** Required work **
From the data underneath, reproduce exactly the stretch that begins at the line with "v 25.778 11.359 22" and ends after the line with "v 27.775 33.022 23".

(Beginning of Source material)

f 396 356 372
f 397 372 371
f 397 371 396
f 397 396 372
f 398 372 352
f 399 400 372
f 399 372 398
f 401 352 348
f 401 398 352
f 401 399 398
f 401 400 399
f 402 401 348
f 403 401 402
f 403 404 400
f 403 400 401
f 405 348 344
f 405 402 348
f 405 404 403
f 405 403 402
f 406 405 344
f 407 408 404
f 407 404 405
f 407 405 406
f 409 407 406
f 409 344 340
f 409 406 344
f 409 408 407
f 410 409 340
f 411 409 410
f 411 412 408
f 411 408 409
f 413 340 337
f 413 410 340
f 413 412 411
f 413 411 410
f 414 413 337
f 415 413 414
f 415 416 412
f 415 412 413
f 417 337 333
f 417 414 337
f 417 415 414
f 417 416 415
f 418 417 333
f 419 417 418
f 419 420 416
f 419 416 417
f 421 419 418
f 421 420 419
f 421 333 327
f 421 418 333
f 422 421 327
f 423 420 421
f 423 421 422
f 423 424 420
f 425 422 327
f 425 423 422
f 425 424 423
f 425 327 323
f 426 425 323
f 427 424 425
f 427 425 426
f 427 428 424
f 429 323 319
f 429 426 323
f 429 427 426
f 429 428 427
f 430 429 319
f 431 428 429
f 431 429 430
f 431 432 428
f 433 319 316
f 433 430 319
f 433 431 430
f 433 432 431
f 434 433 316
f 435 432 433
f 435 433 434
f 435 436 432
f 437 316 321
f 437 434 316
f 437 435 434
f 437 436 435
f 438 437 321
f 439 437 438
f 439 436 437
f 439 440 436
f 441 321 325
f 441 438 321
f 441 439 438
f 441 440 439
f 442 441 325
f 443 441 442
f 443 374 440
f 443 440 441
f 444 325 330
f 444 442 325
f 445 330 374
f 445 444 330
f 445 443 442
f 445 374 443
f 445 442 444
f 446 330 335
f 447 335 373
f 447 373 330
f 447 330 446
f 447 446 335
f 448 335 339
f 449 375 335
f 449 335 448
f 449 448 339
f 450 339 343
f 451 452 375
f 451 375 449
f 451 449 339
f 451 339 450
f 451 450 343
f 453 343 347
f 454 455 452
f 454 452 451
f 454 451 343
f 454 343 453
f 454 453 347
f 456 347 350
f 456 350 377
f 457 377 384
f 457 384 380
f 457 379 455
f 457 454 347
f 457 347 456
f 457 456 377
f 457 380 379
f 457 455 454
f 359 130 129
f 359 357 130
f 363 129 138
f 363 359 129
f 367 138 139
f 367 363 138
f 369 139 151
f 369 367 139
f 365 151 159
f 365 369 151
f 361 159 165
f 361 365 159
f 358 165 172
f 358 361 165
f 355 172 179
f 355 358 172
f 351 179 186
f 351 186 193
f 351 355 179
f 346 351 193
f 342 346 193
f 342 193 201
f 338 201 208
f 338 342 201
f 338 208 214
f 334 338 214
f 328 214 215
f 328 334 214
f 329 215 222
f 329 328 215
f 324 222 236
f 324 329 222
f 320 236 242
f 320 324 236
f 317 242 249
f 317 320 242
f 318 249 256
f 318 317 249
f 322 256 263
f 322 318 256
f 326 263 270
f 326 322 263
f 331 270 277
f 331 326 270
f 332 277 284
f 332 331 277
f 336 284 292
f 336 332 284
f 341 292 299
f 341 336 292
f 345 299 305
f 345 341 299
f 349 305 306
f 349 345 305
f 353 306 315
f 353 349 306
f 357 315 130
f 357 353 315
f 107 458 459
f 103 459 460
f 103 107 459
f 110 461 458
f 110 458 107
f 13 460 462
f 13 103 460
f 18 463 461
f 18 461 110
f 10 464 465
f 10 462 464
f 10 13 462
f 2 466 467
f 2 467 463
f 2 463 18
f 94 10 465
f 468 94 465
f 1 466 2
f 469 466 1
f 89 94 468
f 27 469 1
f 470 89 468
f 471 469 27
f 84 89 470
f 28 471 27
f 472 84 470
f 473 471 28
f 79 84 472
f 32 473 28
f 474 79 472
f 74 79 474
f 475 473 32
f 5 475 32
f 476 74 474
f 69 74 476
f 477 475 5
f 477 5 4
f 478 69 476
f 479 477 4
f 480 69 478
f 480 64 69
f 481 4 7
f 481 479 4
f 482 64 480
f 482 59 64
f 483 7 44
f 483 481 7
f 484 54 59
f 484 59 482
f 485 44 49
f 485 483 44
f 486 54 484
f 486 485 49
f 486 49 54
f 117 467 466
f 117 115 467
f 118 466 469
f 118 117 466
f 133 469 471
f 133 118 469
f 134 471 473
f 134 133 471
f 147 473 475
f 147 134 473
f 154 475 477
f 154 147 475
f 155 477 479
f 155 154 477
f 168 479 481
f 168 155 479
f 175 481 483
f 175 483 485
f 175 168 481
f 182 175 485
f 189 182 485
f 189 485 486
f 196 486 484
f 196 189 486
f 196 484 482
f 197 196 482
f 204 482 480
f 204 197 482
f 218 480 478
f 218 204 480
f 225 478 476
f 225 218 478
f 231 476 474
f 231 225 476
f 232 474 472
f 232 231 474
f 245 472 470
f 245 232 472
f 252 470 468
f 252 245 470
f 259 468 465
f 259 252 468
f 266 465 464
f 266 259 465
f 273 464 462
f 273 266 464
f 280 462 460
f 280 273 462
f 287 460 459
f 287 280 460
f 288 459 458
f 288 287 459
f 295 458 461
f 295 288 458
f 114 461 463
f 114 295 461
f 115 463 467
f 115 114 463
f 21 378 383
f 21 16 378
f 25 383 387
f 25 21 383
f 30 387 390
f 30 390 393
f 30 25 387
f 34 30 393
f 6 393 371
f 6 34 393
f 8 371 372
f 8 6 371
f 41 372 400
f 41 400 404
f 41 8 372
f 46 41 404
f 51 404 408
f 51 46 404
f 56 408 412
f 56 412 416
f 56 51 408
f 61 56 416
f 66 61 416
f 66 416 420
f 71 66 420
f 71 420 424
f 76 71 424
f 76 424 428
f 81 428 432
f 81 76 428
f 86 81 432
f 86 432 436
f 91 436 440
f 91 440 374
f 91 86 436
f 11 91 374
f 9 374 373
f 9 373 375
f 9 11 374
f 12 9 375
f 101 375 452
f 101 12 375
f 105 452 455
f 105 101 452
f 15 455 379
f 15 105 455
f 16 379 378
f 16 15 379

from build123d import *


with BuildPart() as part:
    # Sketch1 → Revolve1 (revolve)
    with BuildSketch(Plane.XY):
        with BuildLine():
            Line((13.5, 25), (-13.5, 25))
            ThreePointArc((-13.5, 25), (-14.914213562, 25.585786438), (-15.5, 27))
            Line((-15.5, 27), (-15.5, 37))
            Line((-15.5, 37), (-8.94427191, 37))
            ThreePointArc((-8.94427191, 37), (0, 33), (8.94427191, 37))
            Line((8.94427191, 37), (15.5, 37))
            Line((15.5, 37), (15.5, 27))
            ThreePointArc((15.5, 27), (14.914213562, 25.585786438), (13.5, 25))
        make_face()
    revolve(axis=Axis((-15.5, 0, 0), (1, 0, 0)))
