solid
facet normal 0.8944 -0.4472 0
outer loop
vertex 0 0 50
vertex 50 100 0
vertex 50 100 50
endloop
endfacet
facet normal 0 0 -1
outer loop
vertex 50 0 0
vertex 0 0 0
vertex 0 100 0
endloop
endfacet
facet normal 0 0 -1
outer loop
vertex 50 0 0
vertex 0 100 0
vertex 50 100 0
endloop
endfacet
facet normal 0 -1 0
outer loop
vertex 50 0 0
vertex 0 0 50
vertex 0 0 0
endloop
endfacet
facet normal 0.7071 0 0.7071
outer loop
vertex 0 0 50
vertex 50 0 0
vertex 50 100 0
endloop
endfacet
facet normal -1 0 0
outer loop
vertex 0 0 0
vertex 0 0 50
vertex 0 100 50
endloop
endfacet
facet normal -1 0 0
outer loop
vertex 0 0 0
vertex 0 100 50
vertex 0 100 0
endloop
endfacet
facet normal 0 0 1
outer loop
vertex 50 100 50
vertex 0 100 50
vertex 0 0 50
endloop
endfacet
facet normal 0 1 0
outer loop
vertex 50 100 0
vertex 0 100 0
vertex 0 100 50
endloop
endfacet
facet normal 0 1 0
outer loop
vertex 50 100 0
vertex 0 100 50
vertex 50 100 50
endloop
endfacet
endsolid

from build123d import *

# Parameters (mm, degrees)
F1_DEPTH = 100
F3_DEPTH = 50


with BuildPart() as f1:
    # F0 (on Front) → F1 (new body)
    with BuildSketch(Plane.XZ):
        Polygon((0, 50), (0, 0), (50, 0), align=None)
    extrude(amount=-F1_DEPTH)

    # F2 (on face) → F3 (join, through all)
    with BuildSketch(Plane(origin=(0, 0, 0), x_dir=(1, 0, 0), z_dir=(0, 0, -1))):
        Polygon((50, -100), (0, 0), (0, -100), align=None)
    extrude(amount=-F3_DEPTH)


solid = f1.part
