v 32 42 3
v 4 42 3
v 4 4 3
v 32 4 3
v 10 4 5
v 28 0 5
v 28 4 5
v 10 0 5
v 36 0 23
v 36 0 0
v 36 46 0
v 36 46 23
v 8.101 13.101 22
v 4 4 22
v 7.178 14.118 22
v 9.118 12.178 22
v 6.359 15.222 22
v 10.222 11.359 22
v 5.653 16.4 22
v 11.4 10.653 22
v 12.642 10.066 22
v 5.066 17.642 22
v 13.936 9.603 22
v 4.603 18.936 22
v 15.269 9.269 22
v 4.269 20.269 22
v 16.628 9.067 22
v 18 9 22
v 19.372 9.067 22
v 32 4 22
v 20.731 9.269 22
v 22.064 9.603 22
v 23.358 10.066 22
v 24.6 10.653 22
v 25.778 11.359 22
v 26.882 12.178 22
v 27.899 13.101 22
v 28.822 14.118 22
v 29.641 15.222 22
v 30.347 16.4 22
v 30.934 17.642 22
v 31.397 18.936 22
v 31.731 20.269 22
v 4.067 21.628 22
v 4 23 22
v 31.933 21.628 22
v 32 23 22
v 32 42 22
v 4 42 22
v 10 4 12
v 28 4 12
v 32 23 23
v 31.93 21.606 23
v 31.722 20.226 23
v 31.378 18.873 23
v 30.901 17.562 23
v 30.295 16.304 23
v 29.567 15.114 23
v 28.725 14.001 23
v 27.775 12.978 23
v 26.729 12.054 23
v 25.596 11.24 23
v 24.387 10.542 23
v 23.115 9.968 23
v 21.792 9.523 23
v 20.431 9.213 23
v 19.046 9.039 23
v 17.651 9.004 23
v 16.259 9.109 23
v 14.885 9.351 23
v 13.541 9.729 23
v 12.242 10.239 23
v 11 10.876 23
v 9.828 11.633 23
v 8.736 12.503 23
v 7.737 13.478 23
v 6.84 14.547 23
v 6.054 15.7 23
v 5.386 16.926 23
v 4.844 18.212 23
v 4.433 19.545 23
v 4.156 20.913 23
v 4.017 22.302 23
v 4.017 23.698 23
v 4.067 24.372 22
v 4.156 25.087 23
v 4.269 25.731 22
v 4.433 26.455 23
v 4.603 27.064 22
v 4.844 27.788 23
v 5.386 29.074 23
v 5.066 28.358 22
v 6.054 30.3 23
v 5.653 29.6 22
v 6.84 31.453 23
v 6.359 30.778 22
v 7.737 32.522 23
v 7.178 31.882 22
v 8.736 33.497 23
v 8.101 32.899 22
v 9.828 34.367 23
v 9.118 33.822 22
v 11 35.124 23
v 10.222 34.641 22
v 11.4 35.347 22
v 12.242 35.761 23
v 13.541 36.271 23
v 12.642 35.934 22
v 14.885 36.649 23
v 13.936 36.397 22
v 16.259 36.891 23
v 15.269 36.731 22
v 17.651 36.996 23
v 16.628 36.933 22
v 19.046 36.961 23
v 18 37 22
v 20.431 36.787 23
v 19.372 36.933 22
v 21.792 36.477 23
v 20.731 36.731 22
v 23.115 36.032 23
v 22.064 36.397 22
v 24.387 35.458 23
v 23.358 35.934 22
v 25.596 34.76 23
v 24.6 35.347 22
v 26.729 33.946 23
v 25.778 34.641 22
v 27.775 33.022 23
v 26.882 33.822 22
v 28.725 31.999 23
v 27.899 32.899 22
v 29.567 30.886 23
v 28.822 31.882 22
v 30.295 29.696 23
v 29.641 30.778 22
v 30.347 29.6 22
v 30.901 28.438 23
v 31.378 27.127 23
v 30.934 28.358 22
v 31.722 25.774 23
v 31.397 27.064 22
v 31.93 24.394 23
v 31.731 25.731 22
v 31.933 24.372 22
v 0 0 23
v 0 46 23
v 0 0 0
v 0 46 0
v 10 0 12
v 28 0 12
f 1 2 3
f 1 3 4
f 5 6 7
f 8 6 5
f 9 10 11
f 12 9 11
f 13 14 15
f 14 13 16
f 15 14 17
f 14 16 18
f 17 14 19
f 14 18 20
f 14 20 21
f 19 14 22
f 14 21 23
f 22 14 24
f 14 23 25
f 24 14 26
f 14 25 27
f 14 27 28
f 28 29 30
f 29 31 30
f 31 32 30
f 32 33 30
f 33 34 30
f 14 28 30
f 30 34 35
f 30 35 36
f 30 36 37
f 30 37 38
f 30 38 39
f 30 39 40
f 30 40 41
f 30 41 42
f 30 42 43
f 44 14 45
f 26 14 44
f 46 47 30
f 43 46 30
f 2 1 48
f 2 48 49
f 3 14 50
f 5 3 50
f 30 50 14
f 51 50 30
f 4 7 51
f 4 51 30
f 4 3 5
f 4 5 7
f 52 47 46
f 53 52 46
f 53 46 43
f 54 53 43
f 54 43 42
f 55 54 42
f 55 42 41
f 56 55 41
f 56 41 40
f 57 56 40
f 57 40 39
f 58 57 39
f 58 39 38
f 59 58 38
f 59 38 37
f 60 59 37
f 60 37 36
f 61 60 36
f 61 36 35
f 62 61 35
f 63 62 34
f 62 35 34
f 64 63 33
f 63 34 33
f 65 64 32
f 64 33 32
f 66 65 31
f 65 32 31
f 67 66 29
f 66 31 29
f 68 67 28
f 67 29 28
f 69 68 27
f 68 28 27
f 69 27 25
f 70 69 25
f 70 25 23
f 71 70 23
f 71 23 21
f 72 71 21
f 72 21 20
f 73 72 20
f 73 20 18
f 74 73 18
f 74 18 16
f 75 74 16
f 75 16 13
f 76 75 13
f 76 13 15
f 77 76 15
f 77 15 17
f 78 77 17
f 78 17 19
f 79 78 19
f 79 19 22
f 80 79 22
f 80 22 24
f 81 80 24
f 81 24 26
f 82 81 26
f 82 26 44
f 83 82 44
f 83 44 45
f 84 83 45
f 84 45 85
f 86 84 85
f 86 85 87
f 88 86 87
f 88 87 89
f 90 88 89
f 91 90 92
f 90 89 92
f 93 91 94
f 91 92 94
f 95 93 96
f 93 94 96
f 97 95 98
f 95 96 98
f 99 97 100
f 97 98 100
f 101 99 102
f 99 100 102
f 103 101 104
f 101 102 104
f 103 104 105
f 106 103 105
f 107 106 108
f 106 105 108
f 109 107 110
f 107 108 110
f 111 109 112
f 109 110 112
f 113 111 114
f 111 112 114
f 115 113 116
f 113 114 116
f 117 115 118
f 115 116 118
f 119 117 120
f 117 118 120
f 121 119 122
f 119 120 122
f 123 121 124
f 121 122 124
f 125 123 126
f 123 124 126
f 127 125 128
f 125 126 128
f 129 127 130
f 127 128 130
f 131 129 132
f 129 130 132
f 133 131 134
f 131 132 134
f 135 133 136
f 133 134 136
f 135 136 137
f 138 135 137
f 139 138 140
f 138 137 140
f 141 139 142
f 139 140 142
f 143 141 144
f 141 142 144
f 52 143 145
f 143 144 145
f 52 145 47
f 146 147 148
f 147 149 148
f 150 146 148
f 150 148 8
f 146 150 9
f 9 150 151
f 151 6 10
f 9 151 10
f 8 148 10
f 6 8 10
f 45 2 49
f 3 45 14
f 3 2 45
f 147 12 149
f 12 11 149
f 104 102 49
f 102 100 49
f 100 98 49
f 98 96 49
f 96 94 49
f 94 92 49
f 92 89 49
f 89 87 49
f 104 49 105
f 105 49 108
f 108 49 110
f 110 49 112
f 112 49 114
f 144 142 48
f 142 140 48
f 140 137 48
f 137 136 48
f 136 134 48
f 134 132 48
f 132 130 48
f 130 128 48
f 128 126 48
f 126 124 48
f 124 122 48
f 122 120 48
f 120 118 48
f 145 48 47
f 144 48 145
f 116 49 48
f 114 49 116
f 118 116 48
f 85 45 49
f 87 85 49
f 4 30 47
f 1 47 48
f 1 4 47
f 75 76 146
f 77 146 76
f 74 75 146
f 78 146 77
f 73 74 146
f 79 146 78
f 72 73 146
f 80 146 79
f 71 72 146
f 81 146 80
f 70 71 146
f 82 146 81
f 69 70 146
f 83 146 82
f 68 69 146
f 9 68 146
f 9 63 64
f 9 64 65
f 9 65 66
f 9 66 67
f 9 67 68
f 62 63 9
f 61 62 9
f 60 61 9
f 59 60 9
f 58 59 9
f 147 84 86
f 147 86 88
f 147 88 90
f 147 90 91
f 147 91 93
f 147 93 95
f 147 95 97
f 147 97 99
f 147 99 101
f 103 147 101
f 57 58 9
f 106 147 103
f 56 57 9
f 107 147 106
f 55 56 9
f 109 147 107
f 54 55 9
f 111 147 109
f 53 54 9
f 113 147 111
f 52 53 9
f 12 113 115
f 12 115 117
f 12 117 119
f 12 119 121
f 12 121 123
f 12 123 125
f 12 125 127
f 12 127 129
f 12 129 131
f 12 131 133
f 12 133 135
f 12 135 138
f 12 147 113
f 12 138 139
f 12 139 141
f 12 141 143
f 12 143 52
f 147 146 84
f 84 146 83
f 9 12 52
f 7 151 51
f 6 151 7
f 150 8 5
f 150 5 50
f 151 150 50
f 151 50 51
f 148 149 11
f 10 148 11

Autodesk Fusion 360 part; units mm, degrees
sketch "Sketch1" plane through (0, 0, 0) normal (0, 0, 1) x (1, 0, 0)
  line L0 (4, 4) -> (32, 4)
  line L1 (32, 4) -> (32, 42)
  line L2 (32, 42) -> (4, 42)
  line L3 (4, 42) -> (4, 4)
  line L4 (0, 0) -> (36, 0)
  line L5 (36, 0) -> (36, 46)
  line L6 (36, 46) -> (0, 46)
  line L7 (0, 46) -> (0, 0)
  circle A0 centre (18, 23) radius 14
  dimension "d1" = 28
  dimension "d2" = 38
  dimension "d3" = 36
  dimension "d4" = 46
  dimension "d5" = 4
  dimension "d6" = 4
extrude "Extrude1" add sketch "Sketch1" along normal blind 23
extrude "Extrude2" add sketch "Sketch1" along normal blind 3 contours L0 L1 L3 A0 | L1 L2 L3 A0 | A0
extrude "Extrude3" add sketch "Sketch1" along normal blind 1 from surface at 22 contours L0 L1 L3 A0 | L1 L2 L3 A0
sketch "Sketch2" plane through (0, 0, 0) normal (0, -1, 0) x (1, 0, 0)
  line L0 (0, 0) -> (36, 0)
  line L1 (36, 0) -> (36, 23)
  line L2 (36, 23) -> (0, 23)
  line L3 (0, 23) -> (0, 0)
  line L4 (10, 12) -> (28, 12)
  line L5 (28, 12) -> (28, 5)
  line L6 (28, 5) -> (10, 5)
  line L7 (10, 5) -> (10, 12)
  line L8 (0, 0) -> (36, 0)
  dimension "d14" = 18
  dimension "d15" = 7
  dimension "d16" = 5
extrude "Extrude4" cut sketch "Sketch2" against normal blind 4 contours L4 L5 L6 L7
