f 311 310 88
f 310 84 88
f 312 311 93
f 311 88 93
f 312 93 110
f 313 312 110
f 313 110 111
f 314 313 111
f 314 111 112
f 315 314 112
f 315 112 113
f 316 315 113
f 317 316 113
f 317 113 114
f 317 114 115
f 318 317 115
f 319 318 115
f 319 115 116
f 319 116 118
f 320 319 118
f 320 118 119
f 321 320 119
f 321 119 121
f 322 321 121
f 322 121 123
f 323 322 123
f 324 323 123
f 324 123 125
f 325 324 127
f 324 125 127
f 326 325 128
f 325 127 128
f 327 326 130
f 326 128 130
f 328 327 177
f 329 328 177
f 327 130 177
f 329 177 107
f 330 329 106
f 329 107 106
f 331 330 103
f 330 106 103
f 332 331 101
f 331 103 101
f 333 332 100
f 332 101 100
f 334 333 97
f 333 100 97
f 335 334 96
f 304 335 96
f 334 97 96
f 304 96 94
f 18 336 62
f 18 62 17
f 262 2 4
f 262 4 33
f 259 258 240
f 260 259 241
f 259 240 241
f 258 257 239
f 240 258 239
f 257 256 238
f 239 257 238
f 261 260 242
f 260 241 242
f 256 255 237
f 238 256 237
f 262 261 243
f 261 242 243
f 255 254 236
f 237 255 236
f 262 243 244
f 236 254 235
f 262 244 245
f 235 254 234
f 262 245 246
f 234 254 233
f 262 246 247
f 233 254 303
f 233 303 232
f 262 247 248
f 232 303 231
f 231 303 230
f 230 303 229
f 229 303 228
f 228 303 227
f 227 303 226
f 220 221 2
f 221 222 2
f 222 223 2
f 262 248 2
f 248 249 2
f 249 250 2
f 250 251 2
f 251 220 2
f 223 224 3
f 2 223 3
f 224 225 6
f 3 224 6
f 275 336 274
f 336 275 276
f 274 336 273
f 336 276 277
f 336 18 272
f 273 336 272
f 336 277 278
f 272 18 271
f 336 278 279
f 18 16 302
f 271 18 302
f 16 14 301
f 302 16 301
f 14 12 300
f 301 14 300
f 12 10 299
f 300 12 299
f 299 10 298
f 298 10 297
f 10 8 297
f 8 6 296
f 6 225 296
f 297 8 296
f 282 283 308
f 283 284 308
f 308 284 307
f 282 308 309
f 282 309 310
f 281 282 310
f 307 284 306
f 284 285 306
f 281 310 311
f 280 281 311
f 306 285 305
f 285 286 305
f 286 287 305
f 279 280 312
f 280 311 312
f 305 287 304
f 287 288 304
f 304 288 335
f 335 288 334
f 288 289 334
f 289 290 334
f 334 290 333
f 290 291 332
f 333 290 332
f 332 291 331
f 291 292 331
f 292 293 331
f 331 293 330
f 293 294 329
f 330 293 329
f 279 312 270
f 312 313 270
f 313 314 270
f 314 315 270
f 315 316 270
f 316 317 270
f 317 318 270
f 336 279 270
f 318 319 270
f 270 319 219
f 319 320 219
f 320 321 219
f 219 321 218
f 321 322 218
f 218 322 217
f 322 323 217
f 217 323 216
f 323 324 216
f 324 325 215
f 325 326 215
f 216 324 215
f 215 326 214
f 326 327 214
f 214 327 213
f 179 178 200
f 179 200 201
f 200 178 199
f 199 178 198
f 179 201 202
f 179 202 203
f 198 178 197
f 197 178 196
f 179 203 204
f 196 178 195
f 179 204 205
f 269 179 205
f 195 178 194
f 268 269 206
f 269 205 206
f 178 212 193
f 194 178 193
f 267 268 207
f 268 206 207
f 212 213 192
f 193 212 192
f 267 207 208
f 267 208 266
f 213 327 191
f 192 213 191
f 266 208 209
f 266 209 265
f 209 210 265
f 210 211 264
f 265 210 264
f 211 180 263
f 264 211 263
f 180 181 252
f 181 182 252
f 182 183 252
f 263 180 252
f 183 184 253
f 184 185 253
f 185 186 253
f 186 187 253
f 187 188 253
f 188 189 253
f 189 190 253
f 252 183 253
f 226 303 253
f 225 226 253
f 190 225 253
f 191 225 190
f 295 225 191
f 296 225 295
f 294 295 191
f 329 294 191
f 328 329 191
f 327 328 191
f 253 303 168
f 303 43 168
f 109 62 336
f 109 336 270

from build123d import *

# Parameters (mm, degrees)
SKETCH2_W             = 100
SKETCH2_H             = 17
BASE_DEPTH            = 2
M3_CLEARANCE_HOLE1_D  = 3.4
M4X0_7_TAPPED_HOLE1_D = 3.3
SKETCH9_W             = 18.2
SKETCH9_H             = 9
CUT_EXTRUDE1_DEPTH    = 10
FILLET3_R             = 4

(End of Source material)

** Exercise result **
v 25.778 11.359 22
v 26.882 12.178 22
v 27.899 13.101 22
v 28.822 14.118 22
v 29.641 15.222 22
v 30.347 16.4 22
v 30.934 17.642 22
v 31.397 18.936 22
v 31.731 20.269 22
v 4.067 21.628 22
v 4 23 22
v 31.933 21.628 22
v 32 23 22
v 32 42 22
v 4 42 22
v 10 4 12
v 28 4 12
v 32 23 23
v 31.93 21.606 23
v 31.722 20.226 23
v 31.378 18.873 23
v 30.901 17.562 23
v 30.295 16.304 23
v 29.567 15.114 23
v 28.725 14.001 23
v 27.775 12.978 23
v 26.729 12.054 23
v 25.596 11.24 23
v 24.387 10.542 23
v 23.115 9.968 23
v 21.792 9.523 23
v 20.431 9.213 23
v 19.046 9.039 23
v 17.651 9.004 23
v 16.259 9.109 23
v 14.885 9.351 23
v 13.541 9.729 23
v 12.242 10.239 23
v 11 10.876 23
v 9.828 11.633 23
v 8.736 12.503 23
v 7.737 13.478 23
v 6.84 14.547 23
v 6.054 15.7 23
v 5.386 16.926 23
v 4.844 18.212 23
v 4.433 19.545 23
v 4.156 20.913 23
v 4.017 22.302 23
v 4.017 23.698 23
v 4.067 24.372 22
v 4.156 25.087 23
v 4.269 25.731 22
v 4.433 26.455 23
v 4.603 27.064 22
v 4.844 27.788 23
v 5.386 29.074 23
v 5.066 28.358 22
v 6.054 30.3 23
v 5.653 29.6 22
v 6.84 31.453 23
v 6.359 30.778 22
v 7.737 32.522 23
v 7.178 31.882 22
v 8.736 33.497 23
v 8.101 32.899 22
v 9.828 34.367 23
v 9.118 33.822 22
v 11 35.124 23
v 10.222 34.641 22
v 11.4 35.347 22
v 12.242 35.761 23
v 13.541 36.271 23
v 12.642 35.934 22
v 14.885 36.649 23
v 13.936 36.397 22
v 16.259 36.891 23
v 15.269 36.731 22
v 17.651 36.996 23
v 16.628 36.933 22
v 19.046 36.961 23
v 18 37 22
v 20.431 36.787 23
v 19.372 36.933 22
v 21.792 36.477 23
v 20.731 36.731 22
v 23.115 36.032 23
v 22.064 36.397 22
v 24.387 35.458 23
v 23.358 35.934 22
v 25.596 34.76 23
v 24.6 35.347 22
v 26.729 33.946 23
v 25.778 34.641 22
v 27.775 33.022 23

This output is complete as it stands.